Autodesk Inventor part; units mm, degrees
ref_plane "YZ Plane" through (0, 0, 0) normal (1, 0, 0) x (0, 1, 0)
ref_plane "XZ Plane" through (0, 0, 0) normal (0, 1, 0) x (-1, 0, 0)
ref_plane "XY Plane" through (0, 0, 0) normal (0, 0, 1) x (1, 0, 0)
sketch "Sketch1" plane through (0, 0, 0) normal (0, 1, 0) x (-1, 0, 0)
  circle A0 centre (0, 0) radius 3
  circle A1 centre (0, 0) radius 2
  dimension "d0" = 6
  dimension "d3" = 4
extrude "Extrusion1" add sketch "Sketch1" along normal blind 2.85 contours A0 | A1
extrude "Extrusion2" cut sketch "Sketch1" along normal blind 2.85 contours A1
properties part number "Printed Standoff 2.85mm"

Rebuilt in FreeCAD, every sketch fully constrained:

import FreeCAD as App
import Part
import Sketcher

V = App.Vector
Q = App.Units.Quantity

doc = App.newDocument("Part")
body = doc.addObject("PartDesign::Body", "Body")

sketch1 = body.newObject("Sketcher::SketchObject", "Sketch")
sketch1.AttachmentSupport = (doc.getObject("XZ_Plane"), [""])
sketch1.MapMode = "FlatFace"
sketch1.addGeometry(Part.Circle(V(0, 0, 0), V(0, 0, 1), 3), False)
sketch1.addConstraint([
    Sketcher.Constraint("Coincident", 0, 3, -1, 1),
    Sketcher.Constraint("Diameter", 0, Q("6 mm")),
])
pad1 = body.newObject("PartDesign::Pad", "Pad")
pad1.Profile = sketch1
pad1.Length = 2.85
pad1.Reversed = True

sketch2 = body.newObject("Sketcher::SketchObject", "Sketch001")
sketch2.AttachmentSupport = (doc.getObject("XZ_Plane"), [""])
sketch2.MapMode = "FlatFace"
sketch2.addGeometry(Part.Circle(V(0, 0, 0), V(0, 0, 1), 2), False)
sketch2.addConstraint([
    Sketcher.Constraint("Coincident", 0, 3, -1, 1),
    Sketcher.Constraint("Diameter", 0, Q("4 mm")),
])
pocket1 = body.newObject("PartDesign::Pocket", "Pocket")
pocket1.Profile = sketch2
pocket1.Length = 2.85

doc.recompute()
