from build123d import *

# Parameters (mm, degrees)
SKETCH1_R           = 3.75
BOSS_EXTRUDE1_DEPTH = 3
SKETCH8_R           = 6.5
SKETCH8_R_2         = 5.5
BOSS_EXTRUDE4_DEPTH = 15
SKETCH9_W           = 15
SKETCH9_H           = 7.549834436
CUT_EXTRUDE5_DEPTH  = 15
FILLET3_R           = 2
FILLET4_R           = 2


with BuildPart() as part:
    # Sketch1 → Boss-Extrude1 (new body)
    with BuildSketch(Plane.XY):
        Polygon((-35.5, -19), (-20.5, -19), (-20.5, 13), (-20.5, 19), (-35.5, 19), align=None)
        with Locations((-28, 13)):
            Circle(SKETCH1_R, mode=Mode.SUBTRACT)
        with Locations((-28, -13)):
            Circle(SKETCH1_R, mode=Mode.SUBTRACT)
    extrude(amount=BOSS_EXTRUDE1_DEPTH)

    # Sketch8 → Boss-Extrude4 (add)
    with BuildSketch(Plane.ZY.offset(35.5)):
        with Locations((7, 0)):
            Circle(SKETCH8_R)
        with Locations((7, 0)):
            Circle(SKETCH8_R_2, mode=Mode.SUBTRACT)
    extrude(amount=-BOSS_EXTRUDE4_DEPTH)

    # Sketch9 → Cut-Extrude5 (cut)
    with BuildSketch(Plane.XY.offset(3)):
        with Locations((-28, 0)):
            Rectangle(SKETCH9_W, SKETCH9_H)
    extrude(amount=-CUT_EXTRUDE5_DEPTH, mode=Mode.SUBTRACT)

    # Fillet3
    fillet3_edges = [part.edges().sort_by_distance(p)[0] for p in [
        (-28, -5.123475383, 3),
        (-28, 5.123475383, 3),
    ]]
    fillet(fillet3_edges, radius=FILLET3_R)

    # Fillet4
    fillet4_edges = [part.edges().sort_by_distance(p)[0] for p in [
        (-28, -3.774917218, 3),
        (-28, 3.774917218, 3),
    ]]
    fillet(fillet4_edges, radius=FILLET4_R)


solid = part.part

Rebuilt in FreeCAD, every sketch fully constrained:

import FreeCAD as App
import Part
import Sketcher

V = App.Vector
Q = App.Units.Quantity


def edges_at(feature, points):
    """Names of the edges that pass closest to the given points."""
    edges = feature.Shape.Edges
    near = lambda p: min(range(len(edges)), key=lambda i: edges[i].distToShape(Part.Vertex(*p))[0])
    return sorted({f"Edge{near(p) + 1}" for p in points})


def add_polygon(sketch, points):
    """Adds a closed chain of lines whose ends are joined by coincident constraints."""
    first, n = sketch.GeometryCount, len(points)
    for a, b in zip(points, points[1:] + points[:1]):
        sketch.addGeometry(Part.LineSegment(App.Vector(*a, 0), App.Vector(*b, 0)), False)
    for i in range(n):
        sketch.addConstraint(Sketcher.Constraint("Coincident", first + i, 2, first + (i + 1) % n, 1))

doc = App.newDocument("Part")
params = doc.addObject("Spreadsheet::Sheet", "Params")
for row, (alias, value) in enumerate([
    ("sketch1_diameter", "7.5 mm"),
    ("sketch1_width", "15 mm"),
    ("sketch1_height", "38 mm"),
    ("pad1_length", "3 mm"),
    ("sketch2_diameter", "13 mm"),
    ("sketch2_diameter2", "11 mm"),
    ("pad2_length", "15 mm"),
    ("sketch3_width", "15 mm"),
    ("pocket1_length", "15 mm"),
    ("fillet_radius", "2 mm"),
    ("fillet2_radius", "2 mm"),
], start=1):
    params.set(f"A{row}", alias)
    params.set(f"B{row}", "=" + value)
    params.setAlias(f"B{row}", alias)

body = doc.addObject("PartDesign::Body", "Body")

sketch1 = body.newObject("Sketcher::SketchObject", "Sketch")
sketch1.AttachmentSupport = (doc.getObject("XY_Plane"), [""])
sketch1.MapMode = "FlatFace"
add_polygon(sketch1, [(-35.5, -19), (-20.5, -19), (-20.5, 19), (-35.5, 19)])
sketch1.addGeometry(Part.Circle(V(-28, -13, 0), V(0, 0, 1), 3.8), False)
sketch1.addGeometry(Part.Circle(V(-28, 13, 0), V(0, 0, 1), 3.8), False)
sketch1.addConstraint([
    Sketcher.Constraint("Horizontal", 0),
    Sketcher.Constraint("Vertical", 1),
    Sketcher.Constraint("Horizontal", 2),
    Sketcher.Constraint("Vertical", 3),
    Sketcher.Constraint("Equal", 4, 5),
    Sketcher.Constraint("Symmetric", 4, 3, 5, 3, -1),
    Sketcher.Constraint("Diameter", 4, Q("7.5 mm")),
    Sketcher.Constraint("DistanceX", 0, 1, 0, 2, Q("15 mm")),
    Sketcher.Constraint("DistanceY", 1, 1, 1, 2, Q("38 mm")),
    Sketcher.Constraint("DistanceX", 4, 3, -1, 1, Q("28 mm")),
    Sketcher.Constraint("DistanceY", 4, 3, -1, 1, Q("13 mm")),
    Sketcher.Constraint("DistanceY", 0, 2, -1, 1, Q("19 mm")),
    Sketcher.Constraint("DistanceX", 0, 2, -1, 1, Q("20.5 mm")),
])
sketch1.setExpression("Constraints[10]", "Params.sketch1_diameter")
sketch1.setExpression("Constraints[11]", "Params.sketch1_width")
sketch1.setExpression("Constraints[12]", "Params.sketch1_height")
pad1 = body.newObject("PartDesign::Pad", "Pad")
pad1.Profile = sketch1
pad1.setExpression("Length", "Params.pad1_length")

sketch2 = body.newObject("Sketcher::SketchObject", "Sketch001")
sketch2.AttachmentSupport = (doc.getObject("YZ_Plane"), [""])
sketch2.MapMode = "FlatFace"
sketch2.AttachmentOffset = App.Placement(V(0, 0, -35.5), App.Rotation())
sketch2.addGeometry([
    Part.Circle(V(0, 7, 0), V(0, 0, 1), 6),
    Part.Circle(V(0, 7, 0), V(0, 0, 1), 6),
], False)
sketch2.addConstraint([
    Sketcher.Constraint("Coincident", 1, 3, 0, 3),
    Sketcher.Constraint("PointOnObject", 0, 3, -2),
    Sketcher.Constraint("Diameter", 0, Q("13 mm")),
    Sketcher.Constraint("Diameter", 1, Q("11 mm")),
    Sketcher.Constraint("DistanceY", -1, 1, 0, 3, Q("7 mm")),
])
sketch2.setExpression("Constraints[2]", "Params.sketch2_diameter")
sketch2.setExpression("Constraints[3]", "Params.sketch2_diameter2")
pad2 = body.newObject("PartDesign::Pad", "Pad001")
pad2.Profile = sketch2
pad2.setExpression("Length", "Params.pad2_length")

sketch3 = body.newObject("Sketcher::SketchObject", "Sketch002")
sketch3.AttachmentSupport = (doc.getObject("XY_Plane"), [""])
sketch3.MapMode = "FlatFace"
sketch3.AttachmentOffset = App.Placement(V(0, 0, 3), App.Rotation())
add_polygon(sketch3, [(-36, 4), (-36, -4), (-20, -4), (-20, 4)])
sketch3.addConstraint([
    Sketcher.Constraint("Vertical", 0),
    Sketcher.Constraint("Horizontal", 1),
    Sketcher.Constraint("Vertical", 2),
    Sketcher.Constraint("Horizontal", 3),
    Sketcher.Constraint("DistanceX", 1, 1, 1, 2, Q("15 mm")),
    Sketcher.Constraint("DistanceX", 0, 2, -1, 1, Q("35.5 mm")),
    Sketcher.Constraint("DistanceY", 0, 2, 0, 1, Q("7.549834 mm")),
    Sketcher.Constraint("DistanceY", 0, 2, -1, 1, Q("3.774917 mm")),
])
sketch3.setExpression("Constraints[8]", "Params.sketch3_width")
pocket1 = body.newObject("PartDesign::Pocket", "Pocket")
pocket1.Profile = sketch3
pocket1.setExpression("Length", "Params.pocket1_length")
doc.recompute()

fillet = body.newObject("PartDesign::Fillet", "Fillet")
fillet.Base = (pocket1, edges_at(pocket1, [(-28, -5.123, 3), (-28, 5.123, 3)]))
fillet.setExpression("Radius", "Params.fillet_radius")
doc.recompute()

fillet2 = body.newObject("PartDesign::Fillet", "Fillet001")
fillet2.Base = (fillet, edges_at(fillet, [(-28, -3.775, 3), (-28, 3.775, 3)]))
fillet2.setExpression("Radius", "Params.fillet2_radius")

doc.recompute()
********************
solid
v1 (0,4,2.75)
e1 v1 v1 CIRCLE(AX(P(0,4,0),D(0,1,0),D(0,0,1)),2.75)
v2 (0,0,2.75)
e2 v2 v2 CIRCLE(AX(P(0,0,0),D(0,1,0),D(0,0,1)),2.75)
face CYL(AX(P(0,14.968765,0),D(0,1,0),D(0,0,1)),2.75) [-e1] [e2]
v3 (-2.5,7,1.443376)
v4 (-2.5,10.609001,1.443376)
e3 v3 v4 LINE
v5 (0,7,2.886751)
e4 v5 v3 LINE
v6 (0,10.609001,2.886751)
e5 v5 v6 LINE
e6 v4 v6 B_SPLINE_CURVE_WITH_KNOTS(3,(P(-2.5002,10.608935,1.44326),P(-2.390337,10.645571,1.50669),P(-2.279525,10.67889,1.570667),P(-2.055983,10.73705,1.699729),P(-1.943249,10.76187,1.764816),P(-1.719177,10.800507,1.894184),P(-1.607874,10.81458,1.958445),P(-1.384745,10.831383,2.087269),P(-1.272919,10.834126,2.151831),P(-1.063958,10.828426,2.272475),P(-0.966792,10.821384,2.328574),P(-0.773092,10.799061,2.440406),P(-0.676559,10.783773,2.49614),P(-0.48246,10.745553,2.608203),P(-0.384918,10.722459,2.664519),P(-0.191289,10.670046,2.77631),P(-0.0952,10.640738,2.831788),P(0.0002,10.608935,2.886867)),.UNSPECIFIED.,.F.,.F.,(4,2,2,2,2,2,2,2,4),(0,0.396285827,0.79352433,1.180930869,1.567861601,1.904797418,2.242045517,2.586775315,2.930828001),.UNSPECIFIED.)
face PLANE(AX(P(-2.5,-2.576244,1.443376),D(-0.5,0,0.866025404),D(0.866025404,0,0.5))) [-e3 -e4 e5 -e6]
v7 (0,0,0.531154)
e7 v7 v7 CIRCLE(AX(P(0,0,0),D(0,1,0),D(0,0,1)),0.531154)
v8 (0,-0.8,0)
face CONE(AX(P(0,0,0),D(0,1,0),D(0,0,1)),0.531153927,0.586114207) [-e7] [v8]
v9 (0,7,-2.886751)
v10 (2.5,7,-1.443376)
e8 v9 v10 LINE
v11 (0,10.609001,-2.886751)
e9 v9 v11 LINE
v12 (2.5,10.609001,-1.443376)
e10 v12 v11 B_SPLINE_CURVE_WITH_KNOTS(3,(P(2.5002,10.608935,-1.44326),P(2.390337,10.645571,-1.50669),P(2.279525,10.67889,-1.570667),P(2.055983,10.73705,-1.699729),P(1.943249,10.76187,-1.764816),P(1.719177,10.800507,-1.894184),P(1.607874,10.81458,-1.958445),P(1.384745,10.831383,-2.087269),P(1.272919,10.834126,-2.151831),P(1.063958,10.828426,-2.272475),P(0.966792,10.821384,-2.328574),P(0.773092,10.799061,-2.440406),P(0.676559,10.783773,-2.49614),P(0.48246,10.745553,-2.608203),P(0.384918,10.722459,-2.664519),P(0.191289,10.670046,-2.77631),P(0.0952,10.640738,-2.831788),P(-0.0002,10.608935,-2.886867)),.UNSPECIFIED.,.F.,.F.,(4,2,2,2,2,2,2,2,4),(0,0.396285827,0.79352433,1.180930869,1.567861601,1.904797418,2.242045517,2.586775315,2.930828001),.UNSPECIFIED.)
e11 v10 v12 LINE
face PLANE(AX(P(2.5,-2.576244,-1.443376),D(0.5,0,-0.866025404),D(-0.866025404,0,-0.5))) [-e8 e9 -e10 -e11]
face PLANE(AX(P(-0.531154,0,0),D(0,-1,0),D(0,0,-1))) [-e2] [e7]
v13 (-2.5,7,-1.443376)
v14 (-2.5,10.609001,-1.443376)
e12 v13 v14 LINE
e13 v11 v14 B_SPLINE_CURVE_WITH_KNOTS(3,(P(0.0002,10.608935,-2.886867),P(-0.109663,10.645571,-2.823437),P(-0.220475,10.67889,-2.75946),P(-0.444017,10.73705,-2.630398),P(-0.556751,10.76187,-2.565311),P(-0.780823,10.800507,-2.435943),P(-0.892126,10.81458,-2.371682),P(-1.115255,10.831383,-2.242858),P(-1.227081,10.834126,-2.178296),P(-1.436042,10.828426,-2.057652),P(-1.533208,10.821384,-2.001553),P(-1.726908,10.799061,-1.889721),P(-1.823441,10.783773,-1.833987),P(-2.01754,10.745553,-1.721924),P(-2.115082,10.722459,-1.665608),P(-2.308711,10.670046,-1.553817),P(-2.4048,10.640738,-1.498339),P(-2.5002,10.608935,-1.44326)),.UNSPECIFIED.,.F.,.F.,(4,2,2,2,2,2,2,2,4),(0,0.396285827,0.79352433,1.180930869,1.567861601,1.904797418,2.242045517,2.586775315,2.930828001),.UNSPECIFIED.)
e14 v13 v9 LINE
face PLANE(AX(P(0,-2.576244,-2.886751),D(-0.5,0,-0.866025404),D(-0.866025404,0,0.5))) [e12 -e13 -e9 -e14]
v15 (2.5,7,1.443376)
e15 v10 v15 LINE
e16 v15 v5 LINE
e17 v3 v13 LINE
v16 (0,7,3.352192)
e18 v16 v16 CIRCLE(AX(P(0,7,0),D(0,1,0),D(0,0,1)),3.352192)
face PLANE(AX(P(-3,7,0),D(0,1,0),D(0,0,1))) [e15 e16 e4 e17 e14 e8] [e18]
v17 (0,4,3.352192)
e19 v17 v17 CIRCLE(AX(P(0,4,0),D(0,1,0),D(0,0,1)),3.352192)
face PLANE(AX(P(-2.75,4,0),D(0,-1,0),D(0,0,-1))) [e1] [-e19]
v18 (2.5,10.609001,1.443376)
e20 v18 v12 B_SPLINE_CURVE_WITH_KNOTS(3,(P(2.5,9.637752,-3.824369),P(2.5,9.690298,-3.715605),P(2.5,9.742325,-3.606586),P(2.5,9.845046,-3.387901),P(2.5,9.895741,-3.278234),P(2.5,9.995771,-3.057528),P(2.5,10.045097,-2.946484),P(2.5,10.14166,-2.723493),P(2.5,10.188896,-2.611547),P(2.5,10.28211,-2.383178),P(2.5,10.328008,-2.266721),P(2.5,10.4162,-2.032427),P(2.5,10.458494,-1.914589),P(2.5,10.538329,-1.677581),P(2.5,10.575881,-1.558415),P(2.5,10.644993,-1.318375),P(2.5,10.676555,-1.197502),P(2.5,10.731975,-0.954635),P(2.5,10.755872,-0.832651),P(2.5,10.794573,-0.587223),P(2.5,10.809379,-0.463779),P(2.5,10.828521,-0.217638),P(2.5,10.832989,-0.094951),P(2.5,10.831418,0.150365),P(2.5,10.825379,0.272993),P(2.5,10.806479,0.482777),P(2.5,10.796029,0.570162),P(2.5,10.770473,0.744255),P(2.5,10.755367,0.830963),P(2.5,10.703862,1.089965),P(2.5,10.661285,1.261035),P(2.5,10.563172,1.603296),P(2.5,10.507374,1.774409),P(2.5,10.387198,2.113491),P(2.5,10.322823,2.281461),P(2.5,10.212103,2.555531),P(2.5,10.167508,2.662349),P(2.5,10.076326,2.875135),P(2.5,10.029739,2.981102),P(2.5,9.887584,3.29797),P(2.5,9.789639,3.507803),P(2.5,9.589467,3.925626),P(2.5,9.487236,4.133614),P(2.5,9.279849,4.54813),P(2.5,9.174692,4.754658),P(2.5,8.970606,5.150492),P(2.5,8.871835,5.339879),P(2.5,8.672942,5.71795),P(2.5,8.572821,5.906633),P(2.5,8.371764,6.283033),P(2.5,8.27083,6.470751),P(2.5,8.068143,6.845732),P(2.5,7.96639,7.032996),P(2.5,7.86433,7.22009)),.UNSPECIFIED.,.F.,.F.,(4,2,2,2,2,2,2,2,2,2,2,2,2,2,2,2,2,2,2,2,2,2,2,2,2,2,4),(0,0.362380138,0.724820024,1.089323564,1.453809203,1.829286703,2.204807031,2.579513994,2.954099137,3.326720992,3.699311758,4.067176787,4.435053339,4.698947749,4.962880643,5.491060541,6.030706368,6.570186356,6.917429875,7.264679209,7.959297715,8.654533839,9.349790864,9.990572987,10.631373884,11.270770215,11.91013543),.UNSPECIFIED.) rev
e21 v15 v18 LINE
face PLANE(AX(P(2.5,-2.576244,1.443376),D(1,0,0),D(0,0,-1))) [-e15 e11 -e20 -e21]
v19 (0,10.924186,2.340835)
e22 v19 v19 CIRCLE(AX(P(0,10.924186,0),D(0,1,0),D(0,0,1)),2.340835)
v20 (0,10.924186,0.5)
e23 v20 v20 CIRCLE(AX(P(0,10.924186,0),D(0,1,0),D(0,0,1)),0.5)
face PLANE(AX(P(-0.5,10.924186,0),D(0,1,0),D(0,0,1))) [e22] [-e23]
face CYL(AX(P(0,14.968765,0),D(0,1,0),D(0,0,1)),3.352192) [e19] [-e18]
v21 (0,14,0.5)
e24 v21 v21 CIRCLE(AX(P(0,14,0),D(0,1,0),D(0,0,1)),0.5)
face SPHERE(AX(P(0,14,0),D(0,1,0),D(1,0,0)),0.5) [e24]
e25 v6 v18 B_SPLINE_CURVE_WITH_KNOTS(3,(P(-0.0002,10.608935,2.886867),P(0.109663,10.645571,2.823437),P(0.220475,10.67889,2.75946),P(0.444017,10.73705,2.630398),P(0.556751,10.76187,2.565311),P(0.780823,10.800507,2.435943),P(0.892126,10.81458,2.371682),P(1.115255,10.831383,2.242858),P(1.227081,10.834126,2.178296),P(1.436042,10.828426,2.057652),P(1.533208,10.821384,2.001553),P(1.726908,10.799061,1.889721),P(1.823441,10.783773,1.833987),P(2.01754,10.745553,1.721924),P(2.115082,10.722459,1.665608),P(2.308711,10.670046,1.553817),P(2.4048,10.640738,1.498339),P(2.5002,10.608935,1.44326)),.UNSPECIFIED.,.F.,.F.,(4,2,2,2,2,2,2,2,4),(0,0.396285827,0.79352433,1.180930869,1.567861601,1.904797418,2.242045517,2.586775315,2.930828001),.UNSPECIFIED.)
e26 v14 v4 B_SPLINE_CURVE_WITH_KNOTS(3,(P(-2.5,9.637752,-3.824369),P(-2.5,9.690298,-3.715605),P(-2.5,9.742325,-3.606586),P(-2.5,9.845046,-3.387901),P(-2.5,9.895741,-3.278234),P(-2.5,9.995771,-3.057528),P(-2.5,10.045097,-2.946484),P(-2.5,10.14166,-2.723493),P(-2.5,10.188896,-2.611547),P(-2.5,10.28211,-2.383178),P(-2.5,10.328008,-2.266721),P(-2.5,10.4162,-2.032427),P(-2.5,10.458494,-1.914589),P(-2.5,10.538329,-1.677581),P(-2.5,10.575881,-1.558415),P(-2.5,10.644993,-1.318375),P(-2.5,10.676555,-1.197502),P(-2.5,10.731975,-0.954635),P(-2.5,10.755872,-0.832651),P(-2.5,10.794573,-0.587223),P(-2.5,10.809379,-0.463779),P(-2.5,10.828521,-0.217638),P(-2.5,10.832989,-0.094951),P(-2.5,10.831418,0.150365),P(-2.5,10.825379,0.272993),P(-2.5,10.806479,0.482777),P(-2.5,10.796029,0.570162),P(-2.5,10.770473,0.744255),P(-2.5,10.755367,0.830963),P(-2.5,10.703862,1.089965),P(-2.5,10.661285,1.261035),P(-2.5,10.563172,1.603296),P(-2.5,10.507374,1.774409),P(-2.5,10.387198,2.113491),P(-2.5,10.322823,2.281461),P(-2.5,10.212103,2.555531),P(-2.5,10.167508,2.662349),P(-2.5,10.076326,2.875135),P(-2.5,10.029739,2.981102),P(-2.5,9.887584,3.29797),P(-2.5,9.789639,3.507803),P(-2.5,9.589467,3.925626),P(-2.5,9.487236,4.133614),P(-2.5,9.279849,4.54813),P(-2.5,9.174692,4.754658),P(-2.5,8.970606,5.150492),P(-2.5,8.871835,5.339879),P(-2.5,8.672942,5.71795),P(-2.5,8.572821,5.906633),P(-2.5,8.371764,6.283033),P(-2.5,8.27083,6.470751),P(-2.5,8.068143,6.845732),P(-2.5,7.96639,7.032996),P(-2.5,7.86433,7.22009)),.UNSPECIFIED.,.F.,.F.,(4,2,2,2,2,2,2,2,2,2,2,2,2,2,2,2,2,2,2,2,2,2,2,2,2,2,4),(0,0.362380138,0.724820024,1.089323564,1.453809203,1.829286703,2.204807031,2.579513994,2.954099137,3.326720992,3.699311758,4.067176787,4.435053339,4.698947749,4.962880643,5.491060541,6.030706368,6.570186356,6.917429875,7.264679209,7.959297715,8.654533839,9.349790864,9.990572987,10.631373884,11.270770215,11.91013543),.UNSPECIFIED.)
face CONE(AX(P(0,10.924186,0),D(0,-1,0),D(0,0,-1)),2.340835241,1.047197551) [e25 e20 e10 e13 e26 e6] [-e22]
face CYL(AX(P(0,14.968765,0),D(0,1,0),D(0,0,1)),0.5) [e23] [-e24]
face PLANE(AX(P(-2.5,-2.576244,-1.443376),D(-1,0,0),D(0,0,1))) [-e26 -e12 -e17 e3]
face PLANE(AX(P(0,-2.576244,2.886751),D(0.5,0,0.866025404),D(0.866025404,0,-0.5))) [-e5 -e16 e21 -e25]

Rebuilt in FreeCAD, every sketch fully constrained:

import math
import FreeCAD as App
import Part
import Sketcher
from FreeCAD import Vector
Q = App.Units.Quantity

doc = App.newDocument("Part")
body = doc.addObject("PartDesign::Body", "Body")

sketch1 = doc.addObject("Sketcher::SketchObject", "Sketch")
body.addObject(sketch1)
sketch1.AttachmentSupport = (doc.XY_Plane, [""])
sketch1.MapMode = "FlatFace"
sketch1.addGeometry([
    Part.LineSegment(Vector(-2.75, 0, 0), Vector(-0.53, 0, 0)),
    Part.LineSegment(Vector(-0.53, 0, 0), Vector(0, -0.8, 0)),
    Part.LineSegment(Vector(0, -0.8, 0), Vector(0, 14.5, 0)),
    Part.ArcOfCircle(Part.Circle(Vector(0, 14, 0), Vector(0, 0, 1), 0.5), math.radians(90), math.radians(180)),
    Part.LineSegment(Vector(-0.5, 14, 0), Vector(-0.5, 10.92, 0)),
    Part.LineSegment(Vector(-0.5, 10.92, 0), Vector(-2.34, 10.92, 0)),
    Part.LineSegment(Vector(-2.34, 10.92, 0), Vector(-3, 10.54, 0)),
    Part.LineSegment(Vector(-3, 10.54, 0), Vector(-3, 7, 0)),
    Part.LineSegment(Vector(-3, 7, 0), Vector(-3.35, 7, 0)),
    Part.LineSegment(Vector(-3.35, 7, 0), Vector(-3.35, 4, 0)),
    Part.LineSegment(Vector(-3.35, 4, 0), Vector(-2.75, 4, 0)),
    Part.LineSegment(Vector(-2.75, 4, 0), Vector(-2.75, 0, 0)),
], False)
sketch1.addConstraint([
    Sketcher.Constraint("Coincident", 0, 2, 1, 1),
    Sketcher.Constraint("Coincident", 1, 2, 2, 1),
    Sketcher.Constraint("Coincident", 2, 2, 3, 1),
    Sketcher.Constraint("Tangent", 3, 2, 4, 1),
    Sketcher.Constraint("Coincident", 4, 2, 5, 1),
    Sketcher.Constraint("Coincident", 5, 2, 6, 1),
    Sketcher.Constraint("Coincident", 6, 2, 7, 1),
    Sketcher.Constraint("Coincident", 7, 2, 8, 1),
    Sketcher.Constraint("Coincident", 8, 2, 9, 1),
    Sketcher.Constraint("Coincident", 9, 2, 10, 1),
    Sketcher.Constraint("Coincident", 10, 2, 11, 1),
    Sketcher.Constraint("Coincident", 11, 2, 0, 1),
********************
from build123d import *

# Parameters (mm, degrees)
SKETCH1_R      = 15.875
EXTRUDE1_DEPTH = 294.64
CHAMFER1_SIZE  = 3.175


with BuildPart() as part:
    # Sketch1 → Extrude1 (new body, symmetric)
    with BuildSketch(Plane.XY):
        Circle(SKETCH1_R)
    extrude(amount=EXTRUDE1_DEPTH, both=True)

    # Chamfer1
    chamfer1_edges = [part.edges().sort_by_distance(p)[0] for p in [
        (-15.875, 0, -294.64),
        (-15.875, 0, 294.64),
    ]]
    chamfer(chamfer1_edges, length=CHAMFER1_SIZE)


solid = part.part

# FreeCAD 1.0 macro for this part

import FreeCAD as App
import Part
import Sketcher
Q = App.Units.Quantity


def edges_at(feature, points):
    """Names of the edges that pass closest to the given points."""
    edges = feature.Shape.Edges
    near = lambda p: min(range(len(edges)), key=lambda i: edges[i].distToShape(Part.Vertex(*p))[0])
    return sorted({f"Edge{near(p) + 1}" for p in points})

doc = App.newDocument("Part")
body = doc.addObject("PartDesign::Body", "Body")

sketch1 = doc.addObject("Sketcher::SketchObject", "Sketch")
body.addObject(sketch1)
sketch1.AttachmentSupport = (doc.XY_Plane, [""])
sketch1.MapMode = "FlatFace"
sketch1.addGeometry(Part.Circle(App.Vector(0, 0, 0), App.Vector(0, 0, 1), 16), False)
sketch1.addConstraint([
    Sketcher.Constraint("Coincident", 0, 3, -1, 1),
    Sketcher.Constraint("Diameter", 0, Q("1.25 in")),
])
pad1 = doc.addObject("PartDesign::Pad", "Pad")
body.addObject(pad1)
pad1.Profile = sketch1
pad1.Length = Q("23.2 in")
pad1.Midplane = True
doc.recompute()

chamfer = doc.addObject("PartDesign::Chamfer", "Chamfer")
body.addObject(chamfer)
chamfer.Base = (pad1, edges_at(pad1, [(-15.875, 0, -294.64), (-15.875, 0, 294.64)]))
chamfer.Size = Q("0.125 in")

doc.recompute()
********************
Work instruction >> Within the entries above, work out how many lines contain the word "Locations". The number alone is the answer.

Completed exercise >> 5